▶ Exercise directions: From the records below, set down exactly the lines starting with the line that contains "v 80.68 -17.25 10.897" and going on through the line that contains "v 96.365 -17.25 13.085". Nothing else is wanted.

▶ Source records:
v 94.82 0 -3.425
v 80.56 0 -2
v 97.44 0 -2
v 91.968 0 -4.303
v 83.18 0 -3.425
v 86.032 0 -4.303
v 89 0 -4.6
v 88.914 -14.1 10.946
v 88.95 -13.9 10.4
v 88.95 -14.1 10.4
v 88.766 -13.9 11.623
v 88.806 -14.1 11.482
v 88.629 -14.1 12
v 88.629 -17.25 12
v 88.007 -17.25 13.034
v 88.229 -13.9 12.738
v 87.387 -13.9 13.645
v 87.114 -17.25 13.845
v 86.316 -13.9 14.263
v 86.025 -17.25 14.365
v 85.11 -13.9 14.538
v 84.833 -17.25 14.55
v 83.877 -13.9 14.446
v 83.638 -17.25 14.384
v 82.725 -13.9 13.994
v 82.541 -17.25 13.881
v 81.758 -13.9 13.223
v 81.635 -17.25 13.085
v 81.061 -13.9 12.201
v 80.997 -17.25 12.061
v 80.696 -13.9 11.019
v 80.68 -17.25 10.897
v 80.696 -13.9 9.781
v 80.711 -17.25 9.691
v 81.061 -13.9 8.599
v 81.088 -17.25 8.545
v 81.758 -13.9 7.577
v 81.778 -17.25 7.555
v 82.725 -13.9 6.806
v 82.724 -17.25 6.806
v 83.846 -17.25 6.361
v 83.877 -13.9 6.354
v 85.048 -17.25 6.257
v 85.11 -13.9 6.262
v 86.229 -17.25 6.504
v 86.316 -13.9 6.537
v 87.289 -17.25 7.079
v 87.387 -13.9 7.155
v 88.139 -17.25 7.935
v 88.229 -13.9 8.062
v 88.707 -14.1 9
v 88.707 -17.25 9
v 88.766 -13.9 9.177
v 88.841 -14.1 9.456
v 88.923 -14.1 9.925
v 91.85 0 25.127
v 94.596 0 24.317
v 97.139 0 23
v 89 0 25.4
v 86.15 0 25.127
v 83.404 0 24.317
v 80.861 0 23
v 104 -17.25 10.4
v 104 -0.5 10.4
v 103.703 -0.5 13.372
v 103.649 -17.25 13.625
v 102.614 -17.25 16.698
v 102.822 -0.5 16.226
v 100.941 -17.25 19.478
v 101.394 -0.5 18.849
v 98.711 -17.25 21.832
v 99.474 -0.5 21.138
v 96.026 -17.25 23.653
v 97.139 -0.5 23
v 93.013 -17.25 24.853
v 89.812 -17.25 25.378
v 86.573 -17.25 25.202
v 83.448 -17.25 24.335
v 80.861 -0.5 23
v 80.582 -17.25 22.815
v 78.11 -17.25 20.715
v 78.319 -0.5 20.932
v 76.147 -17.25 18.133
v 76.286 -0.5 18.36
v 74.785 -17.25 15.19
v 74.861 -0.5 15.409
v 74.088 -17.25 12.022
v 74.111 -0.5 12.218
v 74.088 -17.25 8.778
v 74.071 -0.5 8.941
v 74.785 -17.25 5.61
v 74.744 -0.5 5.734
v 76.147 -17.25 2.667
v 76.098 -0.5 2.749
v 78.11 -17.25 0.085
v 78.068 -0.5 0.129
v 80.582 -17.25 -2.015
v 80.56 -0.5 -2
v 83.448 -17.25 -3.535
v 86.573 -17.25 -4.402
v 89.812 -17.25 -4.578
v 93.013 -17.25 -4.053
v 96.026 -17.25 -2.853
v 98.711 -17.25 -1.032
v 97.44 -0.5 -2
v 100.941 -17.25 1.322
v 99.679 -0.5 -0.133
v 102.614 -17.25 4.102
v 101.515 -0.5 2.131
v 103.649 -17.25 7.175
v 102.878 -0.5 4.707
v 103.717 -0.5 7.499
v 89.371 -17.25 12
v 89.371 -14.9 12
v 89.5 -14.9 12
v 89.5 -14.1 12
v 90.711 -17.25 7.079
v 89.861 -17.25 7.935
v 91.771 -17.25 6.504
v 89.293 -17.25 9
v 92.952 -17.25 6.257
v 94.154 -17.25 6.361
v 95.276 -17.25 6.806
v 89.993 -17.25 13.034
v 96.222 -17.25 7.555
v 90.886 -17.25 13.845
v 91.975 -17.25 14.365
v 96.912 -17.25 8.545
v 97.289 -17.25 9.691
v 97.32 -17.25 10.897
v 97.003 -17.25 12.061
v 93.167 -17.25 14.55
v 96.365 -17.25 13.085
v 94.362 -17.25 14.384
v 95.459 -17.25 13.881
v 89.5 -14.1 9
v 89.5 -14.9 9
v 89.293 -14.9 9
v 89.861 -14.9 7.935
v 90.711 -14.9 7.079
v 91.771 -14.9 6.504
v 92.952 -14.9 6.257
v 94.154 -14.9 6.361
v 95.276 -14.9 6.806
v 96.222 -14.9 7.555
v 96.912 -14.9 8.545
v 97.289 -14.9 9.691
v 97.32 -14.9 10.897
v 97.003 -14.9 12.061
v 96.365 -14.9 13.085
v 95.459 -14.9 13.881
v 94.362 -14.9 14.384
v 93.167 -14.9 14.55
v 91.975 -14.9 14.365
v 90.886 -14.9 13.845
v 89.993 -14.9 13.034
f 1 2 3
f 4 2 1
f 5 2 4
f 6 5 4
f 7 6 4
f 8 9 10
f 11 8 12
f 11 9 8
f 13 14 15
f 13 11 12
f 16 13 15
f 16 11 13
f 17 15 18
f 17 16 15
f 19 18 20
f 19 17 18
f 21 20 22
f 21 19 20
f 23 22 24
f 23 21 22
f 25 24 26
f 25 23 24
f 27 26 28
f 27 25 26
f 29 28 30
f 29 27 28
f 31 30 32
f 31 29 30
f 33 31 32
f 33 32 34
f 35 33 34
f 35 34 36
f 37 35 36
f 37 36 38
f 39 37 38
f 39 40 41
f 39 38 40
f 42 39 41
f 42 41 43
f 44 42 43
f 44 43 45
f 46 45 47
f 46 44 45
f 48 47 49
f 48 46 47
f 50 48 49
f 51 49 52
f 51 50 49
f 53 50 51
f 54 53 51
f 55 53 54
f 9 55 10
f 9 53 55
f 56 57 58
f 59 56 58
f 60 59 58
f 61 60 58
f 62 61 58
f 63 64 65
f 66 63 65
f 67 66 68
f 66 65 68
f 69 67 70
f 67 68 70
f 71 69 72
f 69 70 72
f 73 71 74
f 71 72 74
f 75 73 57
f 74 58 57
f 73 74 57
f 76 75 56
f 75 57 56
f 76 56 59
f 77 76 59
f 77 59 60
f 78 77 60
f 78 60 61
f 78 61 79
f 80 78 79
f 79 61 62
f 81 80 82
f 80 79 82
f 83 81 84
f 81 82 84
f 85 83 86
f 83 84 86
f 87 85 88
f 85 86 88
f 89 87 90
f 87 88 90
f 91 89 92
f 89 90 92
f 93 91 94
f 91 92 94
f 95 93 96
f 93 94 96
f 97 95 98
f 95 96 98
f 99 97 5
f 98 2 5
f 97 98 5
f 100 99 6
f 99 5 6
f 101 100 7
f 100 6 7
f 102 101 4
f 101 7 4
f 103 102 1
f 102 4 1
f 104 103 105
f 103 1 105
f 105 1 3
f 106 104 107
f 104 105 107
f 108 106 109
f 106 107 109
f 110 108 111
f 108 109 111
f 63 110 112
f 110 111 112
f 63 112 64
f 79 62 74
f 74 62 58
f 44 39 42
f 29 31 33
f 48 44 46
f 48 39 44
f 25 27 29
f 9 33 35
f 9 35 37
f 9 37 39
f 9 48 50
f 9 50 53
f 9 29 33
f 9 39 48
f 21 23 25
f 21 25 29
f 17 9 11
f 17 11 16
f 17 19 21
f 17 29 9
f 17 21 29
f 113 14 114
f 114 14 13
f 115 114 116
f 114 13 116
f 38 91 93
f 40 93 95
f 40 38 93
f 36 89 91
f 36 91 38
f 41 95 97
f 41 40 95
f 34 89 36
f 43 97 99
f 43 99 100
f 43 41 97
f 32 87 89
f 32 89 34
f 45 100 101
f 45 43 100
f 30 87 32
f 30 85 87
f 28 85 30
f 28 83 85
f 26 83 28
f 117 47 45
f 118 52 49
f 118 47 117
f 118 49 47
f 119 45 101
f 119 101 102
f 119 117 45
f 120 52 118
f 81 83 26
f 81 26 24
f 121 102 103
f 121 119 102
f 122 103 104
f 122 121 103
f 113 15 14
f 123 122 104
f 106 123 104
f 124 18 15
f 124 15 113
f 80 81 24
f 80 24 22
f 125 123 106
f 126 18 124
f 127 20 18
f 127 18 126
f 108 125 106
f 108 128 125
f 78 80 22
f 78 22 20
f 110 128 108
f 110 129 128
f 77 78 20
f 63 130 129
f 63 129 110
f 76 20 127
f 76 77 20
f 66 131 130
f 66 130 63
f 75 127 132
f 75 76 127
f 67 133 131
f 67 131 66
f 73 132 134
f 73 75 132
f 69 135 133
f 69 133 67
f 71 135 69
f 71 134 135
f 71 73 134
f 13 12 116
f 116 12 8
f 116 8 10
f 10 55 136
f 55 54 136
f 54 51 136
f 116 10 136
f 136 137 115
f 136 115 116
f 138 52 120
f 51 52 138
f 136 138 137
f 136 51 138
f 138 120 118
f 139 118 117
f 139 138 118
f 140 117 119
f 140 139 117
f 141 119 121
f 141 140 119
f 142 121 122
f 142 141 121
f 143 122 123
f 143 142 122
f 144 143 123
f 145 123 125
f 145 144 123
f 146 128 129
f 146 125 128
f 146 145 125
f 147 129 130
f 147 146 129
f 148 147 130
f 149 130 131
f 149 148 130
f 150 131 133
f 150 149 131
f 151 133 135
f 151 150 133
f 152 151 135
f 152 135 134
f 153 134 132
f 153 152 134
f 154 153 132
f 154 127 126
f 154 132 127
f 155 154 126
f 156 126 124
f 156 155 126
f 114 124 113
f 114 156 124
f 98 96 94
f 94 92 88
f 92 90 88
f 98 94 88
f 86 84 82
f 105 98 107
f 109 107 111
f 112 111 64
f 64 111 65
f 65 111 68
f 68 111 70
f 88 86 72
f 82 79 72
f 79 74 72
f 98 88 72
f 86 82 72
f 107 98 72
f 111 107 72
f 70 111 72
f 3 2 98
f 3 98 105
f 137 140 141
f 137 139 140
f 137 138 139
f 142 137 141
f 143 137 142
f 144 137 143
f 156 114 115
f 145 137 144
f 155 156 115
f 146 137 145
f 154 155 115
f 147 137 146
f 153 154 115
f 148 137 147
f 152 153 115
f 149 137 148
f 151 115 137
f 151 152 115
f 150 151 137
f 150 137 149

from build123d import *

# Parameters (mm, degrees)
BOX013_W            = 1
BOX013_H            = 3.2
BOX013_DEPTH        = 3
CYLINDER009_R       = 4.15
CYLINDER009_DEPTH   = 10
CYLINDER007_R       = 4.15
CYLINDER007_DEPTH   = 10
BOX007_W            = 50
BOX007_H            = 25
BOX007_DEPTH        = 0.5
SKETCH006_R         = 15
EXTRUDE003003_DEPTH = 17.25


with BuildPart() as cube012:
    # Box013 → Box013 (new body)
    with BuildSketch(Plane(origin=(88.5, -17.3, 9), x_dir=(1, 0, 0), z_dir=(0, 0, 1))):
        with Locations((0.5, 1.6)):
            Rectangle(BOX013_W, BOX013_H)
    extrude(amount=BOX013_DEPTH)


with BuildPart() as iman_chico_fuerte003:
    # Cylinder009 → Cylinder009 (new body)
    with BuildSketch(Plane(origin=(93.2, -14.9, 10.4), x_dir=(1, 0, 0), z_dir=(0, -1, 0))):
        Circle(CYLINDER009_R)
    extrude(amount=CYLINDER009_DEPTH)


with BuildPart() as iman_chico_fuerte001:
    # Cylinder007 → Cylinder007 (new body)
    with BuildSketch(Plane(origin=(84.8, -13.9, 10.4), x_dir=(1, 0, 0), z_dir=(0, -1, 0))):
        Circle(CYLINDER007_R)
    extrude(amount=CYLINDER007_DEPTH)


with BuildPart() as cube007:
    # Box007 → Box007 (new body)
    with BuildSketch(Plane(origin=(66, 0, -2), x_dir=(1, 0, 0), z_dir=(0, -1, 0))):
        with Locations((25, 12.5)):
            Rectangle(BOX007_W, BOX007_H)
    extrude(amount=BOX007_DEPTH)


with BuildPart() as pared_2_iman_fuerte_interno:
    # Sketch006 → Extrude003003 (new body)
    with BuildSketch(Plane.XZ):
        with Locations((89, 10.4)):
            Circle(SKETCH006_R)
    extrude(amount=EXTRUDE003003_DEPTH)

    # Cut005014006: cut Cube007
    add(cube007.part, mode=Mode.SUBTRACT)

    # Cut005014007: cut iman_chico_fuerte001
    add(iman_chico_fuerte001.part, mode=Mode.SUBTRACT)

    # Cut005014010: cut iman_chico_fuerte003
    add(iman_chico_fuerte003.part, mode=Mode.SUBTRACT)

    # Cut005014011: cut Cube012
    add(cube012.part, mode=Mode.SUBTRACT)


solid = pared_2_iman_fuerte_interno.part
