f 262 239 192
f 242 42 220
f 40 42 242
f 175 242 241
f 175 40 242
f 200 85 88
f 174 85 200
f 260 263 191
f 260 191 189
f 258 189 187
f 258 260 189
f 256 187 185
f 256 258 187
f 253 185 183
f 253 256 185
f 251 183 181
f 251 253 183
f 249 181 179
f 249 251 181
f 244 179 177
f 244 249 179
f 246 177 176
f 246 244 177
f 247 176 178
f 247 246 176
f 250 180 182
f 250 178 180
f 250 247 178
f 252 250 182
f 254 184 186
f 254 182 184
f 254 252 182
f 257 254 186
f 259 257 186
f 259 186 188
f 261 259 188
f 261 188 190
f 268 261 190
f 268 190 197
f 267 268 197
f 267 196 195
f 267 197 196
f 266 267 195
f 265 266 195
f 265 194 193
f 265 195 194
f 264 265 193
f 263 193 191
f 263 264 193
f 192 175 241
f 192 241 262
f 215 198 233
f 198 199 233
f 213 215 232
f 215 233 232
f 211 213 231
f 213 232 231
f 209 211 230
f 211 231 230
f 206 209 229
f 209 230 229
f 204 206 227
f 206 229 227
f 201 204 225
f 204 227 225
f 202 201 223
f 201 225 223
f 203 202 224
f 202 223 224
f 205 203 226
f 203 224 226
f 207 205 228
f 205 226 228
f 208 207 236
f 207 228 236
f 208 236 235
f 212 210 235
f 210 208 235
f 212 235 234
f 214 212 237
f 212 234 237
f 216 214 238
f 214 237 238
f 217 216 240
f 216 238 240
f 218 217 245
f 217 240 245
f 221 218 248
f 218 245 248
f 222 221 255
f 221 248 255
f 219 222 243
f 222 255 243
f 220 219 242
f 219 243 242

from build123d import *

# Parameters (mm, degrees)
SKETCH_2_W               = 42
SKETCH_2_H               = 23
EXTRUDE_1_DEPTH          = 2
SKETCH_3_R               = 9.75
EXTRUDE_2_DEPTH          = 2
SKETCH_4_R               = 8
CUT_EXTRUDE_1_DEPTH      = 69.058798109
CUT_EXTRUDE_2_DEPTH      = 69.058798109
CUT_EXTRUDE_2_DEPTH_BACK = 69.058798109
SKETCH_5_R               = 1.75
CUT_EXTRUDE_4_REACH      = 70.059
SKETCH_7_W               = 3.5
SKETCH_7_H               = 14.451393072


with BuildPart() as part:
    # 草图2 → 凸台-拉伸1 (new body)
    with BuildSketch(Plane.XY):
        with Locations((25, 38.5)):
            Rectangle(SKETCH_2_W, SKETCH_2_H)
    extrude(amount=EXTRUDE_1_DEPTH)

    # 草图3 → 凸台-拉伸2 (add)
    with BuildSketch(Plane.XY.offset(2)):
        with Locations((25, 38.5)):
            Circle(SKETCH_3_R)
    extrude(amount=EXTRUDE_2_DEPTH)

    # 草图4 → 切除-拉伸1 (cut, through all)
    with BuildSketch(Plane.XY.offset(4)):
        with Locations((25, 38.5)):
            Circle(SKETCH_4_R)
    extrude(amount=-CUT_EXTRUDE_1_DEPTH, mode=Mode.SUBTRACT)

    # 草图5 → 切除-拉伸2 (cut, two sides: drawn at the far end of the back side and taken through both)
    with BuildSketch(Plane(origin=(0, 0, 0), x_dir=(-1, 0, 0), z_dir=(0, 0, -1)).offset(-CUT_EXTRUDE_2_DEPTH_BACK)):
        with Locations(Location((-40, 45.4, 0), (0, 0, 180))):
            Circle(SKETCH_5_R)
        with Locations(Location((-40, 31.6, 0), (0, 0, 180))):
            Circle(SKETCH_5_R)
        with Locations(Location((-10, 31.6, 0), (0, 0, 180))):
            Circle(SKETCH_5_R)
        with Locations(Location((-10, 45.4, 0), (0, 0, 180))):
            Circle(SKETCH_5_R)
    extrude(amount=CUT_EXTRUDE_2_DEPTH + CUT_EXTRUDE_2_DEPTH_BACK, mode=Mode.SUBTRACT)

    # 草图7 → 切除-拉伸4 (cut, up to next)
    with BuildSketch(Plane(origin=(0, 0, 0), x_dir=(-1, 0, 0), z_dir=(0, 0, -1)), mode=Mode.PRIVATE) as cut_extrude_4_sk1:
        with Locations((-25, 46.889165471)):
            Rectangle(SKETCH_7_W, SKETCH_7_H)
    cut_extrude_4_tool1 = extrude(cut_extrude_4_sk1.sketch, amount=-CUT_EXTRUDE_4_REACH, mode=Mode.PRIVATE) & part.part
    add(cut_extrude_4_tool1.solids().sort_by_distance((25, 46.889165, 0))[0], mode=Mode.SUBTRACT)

▶ The answer:
v 80.68 -17.25 10.897
v 80.696 -13.9 9.781
v 80.711 -17.25 9.691
v 81.061 -13.9 8.599
v 81.088 -17.25 8.545
v 81.758 -13.9 7.577
v 81.778 -17.25 7.555
v 82.725 -13.9 6.806
v 82.724 -17.25 6.806
v 83.846 -17.25 6.361
v 83.877 -13.9 6.354
v 85.048 -17.25 6.257
v 85.11 -13.9 6.262
v 86.229 -17.25 6.504
v 86.316 -13.9 6.537
v 87.289 -17.25 7.079
v 87.387 -13.9 7.155
v 88.139 -17.25 7.935
v 88.229 -13.9 8.062
v 88.707 -14.1 9
v 88.707 -17.25 9
v 88.766 -13.9 9.177
v 88.841 -14.1 9.456
v 88.923 -14.1 9.925
v 91.85 0 25.127
v 94.596 0 24.317
v 97.139 0 23
v 89 0 25.4
v 86.15 0 25.127
v 83.404 0 24.317
v 80.861 0 23
v 104 -17.25 10.4
v 104 -0.5 10.4
v 103.703 -0.5 13.372
v 103.649 -17.25 13.625
v 102.614 -17.25 16.698
v 102.822 -0.5 16.226
v 100.941 -17.25 19.478
v 101.394 -0.5 18.849
v 98.711 -17.25 21.832
v 99.474 -0.5 21.138
v 96.026 -17.25 23.653
v 97.139 -0.5 23
v 93.013 -17.25 24.853
v 89.812 -17.25 25.378
v 86.573 -17.25 25.202
v 83.448 -17.25 24.335
v 80.861 -0.5 23
v 80.582 -17.25 22.815
v 78.11 -17.25 20.715
v 78.319 -0.5 20.932
v 76.147 -17.25 18.133
v 76.286 -0.5 18.36
v 74.785 -17.25 15.19
v 74.861 -0.5 15.409
v 74.088 -17.25 12.022
v 74.111 -0.5 12.218
v 74.088 -17.25 8.778
v 74.071 -0.5 8.941
v 74.785 -17.25 5.61
v 74.744 -0.5 5.734
v 76.147 -17.25 2.667
v 76.098 -0.5 2.749
v 78.11 -17.25 0.085
v 78.068 -0.5 0.129
v 80.582 -17.25 -2.015
v 80.56 -0.5 -2
v 83.448 -17.25 -3.535
v 86.573 -17.25 -4.402
v 89.812 -17.25 -4.578
v 93.013 -17.25 -4.053
v 96.026 -17.25 -2.853
v 98.711 -17.25 -1.032
v 97.44 -0.5 -2
v 100.941 -17.25 1.322
v 99.679 -0.5 -0.133
v 102.614 -17.25 4.102
v 101.515 -0.5 2.131
v 103.649 -17.25 7.175
v 102.878 -0.5 4.707
v 103.717 -0.5 7.499
v 89.371 -17.25 12
v 89.371 -14.9 12
v 89.5 -14.9 12
v 89.5 -14.1 12
v 90.711 -17.25 7.079
v 89.861 -17.25 7.935
v 91.771 -17.25 6.504
v 89.293 -17.25 9
v 92.952 -17.25 6.257
v 94.154 -17.25 6.361
v 95.276 -17.25 6.806
v 89.993 -17.25 13.034
v 96.222 -17.25 7.555
v 90.886 -17.25 13.845
v 91.975 -17.25 14.365
v 96.912 -17.25 8.545
v 97.289 -17.25 9.691
v 97.32 -17.25 10.897
v 97.003 -17.25 12.061
v 93.167 -17.25 14.55
v 96.365 -17.25 13.085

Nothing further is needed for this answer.